[Stored items]
------------

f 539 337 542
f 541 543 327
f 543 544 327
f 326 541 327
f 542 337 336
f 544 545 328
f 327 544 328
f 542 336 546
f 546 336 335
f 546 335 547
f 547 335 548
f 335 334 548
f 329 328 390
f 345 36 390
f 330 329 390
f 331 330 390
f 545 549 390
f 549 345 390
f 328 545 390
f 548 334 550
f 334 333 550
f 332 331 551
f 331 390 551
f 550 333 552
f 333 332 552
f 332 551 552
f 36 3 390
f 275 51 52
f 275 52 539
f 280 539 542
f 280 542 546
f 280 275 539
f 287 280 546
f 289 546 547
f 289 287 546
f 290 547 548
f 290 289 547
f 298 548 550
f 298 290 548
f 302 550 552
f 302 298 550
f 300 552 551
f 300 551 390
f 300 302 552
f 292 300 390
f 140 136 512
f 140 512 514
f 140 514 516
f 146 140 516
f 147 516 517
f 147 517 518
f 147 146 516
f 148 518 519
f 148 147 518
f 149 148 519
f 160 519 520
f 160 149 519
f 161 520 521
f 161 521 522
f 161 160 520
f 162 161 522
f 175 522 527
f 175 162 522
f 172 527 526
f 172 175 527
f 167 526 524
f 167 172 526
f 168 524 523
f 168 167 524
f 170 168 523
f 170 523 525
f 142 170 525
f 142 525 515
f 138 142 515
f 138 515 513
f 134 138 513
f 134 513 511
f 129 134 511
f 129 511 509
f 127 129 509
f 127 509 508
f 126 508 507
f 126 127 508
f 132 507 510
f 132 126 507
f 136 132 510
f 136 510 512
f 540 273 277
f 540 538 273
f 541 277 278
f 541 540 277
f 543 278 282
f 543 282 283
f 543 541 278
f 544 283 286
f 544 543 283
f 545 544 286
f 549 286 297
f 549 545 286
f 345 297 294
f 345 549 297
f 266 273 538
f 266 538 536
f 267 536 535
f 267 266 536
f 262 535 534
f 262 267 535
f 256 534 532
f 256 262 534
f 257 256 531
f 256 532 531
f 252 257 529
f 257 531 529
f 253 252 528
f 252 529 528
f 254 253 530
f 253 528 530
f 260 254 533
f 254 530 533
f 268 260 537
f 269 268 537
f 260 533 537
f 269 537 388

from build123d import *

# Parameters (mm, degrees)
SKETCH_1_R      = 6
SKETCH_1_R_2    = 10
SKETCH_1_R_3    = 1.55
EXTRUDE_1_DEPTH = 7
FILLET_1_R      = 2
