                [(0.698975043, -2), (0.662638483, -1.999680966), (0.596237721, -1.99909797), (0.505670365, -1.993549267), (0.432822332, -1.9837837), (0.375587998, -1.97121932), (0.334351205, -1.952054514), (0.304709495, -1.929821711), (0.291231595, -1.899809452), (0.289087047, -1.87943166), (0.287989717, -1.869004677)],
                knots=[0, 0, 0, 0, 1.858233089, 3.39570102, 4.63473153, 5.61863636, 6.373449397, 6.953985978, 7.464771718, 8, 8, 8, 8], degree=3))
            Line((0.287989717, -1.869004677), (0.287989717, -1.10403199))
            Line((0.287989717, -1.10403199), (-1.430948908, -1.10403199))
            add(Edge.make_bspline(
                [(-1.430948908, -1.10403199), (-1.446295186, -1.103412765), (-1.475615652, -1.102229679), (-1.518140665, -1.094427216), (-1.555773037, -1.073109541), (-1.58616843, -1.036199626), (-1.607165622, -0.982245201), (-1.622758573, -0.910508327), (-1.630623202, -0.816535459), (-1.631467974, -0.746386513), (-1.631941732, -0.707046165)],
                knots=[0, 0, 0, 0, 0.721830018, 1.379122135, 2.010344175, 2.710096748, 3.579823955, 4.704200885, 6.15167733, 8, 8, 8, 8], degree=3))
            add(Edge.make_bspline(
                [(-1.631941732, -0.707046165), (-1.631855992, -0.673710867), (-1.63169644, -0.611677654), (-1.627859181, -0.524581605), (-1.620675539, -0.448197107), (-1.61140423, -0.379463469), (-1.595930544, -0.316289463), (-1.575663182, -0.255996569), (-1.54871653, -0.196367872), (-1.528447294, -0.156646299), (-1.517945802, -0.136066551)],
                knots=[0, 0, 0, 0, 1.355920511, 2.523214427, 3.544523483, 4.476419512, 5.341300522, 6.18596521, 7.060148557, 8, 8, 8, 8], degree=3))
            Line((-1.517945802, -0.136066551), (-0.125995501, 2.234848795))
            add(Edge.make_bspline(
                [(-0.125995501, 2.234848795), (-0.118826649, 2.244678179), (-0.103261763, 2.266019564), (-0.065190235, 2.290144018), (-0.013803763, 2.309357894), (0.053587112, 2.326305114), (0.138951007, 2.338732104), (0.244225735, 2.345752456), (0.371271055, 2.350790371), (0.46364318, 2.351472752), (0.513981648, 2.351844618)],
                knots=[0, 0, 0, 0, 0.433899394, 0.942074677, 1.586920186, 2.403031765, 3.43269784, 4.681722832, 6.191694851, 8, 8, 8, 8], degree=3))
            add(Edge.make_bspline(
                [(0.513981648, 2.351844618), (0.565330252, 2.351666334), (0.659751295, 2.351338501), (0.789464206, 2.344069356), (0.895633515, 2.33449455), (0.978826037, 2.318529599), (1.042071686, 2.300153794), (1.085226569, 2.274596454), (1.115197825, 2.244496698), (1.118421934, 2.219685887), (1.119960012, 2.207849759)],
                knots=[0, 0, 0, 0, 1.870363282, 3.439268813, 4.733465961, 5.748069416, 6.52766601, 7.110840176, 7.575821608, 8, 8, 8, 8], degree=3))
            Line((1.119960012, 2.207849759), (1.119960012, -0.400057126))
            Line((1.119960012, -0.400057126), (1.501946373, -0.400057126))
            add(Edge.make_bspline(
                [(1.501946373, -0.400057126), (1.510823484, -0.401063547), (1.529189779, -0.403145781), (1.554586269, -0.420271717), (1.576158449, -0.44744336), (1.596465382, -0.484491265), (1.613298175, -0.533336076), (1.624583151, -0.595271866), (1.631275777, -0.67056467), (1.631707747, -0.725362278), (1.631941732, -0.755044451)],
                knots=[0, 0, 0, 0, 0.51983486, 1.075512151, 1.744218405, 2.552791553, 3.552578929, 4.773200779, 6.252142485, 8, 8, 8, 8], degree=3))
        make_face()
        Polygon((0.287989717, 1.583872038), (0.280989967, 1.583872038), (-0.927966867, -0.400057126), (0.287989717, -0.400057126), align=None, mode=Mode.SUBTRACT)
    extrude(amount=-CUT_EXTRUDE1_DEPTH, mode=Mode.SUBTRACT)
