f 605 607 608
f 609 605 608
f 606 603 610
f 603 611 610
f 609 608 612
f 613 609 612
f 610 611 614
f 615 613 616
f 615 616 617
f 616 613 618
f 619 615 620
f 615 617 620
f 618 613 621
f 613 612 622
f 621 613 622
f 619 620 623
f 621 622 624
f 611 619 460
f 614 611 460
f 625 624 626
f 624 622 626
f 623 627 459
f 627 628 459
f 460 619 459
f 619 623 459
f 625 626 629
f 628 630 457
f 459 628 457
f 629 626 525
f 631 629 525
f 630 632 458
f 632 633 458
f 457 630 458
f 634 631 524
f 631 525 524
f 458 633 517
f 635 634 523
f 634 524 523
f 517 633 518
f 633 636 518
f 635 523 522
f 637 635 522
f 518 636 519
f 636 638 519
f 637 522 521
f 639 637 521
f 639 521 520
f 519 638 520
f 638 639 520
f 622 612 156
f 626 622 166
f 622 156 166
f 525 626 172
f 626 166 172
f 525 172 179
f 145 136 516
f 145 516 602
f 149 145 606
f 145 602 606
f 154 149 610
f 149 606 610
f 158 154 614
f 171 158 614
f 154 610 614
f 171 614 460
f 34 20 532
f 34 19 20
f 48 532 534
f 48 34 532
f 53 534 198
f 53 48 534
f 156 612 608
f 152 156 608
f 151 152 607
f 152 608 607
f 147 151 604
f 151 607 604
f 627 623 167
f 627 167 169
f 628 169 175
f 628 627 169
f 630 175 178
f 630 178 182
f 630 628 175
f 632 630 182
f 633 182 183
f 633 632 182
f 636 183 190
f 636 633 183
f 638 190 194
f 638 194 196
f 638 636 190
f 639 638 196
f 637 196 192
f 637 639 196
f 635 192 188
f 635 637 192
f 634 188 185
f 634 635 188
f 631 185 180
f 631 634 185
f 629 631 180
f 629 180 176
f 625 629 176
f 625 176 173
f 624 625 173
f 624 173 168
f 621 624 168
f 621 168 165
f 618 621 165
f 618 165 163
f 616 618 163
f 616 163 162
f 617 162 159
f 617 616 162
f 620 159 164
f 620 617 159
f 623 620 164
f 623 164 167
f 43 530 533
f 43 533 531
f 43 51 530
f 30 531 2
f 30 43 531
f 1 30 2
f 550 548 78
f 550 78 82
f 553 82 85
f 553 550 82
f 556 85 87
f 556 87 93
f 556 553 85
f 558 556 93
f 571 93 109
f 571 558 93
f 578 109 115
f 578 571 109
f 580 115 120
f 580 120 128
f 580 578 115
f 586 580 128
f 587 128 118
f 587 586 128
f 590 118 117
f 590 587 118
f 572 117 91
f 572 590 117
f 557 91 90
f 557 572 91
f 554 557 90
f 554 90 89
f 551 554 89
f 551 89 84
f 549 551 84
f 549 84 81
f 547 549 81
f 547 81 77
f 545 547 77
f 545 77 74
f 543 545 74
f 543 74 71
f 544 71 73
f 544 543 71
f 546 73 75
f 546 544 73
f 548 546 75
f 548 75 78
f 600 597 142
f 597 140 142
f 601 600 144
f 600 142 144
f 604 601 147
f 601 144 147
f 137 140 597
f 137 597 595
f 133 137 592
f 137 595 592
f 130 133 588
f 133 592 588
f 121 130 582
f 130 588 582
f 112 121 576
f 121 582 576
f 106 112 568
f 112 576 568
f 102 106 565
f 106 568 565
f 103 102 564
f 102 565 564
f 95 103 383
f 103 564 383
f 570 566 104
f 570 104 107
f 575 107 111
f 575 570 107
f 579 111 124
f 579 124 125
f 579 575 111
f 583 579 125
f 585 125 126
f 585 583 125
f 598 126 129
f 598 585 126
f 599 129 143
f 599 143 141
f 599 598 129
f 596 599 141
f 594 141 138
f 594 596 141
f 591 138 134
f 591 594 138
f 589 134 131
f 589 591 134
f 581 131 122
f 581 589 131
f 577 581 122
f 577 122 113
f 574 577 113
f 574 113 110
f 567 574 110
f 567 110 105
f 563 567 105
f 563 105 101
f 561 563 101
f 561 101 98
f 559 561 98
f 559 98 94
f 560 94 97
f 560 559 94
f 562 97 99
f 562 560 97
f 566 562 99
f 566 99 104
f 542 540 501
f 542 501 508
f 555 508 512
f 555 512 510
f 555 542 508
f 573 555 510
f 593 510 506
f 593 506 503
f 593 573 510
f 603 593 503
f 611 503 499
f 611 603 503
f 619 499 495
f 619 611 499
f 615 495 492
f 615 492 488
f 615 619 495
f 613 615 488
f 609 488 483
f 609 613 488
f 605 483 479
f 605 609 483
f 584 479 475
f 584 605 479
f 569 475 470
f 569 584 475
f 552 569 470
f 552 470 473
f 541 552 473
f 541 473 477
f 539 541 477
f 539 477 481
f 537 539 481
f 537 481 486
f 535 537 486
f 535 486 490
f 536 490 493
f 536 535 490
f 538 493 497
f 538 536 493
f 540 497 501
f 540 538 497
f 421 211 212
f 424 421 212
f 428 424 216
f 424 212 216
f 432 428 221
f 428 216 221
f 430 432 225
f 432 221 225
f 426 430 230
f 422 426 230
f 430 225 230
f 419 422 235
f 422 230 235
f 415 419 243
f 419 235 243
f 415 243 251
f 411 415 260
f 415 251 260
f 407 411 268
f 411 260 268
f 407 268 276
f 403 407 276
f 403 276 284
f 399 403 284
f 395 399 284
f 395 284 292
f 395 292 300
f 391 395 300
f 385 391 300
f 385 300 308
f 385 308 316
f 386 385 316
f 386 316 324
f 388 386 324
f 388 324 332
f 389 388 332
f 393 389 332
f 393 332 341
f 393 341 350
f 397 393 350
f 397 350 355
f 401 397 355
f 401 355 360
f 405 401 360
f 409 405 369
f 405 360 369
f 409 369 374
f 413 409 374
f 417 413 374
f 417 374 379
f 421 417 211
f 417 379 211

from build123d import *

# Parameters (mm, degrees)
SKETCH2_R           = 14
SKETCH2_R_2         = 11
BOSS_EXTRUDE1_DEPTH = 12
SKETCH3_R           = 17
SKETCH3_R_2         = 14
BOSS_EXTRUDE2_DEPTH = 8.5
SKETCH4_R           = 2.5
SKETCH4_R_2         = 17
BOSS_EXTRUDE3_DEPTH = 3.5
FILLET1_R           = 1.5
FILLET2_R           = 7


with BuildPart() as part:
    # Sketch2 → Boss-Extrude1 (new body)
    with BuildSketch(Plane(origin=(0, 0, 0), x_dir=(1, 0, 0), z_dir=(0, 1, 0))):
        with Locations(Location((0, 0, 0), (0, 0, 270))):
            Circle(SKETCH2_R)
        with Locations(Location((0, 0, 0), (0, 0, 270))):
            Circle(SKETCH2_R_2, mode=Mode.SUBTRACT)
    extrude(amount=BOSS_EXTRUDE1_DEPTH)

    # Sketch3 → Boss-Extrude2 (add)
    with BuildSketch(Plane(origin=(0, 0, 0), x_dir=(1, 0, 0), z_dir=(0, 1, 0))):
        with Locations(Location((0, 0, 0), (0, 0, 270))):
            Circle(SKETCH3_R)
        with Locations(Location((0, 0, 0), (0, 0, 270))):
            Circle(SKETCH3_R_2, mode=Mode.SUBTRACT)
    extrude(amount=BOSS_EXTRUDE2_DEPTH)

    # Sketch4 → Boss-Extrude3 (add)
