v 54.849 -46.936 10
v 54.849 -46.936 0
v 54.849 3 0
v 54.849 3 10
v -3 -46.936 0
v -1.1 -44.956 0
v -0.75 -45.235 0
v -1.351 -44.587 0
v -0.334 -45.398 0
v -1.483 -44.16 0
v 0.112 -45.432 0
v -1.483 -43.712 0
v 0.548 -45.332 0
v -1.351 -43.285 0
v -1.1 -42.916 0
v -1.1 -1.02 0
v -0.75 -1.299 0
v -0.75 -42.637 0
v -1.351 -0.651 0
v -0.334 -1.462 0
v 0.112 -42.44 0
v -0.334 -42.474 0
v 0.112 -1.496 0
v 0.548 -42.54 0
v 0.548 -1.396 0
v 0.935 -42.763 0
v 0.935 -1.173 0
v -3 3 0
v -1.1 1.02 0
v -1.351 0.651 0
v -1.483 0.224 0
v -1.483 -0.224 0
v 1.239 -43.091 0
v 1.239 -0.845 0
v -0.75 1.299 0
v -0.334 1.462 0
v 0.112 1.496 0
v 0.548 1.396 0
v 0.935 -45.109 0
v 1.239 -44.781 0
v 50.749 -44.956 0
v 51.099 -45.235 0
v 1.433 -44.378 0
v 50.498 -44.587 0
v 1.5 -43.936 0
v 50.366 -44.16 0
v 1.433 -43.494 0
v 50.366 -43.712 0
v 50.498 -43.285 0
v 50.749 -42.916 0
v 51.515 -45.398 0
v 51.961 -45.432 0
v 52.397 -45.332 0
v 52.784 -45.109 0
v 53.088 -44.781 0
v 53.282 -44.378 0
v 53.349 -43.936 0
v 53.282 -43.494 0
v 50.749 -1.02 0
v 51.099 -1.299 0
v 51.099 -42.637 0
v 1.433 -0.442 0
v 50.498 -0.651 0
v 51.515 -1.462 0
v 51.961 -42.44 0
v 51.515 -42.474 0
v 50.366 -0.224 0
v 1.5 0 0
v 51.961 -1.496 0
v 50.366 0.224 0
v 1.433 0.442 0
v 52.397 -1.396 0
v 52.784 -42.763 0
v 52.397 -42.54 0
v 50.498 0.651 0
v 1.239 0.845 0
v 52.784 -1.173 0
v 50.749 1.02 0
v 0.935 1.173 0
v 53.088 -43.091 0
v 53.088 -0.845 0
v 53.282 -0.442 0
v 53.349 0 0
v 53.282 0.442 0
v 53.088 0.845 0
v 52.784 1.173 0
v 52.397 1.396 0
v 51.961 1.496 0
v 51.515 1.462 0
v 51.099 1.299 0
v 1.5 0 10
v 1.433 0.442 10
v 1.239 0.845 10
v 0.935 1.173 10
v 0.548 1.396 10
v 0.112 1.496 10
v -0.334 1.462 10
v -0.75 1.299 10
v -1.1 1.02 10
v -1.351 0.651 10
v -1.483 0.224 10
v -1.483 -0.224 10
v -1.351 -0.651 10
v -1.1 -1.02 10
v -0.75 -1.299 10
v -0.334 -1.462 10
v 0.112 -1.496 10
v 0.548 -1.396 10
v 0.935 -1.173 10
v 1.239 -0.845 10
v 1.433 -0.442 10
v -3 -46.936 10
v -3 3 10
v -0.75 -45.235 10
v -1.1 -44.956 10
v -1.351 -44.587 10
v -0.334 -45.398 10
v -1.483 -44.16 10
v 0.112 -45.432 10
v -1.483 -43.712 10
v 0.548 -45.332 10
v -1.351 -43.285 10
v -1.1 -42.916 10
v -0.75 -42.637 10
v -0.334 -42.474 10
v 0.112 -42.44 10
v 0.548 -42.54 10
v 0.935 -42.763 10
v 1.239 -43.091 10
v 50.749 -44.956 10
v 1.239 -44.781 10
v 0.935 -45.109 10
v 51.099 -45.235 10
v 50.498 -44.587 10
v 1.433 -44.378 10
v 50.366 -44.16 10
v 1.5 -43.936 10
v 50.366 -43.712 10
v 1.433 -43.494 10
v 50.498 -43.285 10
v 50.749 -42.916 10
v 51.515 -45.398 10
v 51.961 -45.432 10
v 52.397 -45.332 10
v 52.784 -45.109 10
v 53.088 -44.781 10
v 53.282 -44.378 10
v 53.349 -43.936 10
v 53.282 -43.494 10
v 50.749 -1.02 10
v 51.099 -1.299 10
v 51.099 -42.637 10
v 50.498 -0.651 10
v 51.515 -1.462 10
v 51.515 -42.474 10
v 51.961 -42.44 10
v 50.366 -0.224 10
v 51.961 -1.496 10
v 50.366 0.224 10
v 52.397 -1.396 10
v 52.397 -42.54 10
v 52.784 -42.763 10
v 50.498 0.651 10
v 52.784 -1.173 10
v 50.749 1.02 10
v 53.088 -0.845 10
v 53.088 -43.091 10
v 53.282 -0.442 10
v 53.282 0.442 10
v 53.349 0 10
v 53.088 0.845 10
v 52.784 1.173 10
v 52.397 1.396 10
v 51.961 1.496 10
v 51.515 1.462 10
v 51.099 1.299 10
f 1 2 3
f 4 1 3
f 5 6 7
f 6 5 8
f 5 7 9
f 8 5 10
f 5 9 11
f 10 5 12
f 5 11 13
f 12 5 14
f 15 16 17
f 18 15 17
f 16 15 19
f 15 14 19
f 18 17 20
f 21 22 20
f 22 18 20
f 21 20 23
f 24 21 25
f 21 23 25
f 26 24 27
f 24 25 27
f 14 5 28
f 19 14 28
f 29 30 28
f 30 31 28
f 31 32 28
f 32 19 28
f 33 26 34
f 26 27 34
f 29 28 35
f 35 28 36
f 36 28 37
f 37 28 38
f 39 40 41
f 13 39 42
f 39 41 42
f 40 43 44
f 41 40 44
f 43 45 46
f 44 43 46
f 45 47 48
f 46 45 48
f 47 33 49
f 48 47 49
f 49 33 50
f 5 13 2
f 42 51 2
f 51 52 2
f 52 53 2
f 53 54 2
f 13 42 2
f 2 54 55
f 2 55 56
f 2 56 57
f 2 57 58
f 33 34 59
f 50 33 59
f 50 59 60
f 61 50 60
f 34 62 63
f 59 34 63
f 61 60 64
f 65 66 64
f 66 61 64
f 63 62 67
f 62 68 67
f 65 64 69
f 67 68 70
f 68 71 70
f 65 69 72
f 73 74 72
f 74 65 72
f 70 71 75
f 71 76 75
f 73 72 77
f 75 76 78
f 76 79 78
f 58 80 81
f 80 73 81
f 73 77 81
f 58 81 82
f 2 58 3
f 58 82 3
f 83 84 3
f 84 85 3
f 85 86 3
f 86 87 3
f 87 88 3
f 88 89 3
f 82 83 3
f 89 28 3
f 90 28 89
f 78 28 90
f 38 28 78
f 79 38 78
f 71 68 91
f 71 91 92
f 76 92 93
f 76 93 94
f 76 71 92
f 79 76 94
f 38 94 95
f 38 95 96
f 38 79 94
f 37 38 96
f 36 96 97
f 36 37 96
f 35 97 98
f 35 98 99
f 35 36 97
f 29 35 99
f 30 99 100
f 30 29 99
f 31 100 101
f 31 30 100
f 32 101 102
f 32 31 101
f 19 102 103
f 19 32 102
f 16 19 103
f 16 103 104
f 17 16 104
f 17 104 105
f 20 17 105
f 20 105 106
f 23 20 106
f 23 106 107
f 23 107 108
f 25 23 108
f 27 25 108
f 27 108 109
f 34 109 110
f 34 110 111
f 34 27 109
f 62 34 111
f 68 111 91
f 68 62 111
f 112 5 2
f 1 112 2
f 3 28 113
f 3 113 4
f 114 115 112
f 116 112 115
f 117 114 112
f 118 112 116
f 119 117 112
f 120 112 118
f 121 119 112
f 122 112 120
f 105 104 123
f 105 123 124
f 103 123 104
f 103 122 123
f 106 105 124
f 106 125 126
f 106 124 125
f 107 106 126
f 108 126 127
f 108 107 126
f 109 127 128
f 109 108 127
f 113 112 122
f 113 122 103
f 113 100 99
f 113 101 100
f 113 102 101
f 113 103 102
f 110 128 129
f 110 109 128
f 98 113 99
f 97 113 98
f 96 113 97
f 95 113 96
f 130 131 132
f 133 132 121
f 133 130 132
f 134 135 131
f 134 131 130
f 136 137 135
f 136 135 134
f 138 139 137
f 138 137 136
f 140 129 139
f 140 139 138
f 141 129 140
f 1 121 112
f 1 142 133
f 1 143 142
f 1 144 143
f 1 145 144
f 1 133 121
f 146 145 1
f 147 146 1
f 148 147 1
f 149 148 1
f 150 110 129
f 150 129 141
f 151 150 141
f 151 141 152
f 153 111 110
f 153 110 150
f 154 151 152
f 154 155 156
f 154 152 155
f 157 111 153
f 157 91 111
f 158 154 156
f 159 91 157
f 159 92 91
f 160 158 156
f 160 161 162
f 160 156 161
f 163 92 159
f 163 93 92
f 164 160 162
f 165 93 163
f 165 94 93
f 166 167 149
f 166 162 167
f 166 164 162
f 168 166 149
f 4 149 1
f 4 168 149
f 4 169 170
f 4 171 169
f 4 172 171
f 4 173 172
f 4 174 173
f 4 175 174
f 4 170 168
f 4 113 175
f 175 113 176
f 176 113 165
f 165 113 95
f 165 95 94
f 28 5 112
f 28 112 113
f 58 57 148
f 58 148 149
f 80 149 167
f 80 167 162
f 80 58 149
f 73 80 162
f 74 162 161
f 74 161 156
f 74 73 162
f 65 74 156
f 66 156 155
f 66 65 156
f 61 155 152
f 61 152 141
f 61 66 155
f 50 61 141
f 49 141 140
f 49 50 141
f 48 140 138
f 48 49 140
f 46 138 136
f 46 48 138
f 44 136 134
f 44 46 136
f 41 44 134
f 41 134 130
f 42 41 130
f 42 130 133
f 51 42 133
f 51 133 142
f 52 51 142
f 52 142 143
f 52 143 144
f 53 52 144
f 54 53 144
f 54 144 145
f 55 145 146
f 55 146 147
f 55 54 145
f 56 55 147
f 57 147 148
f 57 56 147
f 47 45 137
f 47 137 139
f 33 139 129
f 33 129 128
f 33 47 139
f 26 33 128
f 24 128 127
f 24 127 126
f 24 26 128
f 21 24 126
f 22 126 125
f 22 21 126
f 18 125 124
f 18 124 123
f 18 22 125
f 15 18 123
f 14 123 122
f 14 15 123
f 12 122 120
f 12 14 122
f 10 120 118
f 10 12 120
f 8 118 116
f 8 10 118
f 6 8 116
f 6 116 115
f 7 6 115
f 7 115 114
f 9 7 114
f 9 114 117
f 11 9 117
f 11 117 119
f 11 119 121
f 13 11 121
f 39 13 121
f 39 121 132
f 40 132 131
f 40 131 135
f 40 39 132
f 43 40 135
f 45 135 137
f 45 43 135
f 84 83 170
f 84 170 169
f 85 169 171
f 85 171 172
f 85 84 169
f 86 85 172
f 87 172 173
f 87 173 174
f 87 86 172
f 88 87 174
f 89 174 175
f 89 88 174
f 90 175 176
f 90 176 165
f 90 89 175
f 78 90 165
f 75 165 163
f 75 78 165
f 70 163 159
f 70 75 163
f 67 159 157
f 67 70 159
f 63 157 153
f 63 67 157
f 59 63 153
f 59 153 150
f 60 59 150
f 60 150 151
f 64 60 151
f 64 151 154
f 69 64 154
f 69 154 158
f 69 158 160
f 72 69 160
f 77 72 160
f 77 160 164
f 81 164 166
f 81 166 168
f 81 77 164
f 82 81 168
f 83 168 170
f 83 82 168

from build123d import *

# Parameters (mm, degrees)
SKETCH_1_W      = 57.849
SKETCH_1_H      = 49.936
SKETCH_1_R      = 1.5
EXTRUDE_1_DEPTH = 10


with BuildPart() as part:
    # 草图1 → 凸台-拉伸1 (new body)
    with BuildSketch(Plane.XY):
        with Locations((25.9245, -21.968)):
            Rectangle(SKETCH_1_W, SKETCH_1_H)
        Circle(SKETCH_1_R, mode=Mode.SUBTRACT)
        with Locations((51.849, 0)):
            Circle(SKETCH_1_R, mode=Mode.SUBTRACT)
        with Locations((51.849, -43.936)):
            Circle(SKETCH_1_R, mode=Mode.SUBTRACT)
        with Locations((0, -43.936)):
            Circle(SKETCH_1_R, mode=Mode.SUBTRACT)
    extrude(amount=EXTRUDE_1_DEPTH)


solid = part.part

------------

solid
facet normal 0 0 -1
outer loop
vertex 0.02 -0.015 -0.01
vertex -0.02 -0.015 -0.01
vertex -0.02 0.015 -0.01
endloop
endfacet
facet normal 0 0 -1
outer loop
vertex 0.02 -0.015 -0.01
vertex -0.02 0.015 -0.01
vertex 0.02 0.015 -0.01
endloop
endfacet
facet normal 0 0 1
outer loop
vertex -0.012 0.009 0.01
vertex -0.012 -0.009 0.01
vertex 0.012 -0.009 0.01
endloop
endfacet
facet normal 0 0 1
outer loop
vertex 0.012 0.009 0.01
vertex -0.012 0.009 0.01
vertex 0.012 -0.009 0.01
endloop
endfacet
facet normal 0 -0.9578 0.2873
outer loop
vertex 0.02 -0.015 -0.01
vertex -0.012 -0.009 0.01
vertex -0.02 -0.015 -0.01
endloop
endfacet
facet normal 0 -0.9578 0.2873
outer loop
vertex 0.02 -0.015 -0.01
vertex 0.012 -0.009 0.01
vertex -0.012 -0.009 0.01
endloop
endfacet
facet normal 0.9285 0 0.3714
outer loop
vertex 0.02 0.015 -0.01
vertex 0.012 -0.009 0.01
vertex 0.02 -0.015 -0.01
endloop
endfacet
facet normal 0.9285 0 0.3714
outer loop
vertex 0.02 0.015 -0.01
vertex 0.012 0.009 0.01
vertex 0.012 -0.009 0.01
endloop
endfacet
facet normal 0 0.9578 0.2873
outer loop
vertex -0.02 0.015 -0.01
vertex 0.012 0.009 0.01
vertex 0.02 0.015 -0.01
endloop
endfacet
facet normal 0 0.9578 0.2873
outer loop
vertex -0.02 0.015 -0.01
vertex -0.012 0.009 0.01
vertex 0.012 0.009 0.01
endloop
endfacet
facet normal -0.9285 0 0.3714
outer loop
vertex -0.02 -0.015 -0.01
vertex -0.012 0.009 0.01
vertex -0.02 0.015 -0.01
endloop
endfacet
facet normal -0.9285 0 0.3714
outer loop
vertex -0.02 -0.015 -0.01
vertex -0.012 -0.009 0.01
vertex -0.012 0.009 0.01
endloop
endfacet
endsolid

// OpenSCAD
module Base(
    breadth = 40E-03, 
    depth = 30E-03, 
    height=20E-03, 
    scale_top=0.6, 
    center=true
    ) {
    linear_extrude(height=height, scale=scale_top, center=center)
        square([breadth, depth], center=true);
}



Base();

------------

● What you have to do
As the answer, set down only the lines from the data above between the one holding "f 577 581 122" and the one holding "f 555 542 508", inclusive, exactly as they read.

● Solution to the problem
f 577 581 122
f 577 122 113
f 574 577 113
f 574 113 110
f 567 574 110
f 567 110 105
f 563 567 105
f 563 105 101
f 561 563 101
f 561 101 98
f 559 561 98
f 559 98 94
f 560 94 97
f 560 559 94
f 562 97 99
f 562 560 97
f 566 562 99
f 566 99 104
f 542 540 501
f 542 501 508
f 555 508 512
f 555 512 510
f 555 542 508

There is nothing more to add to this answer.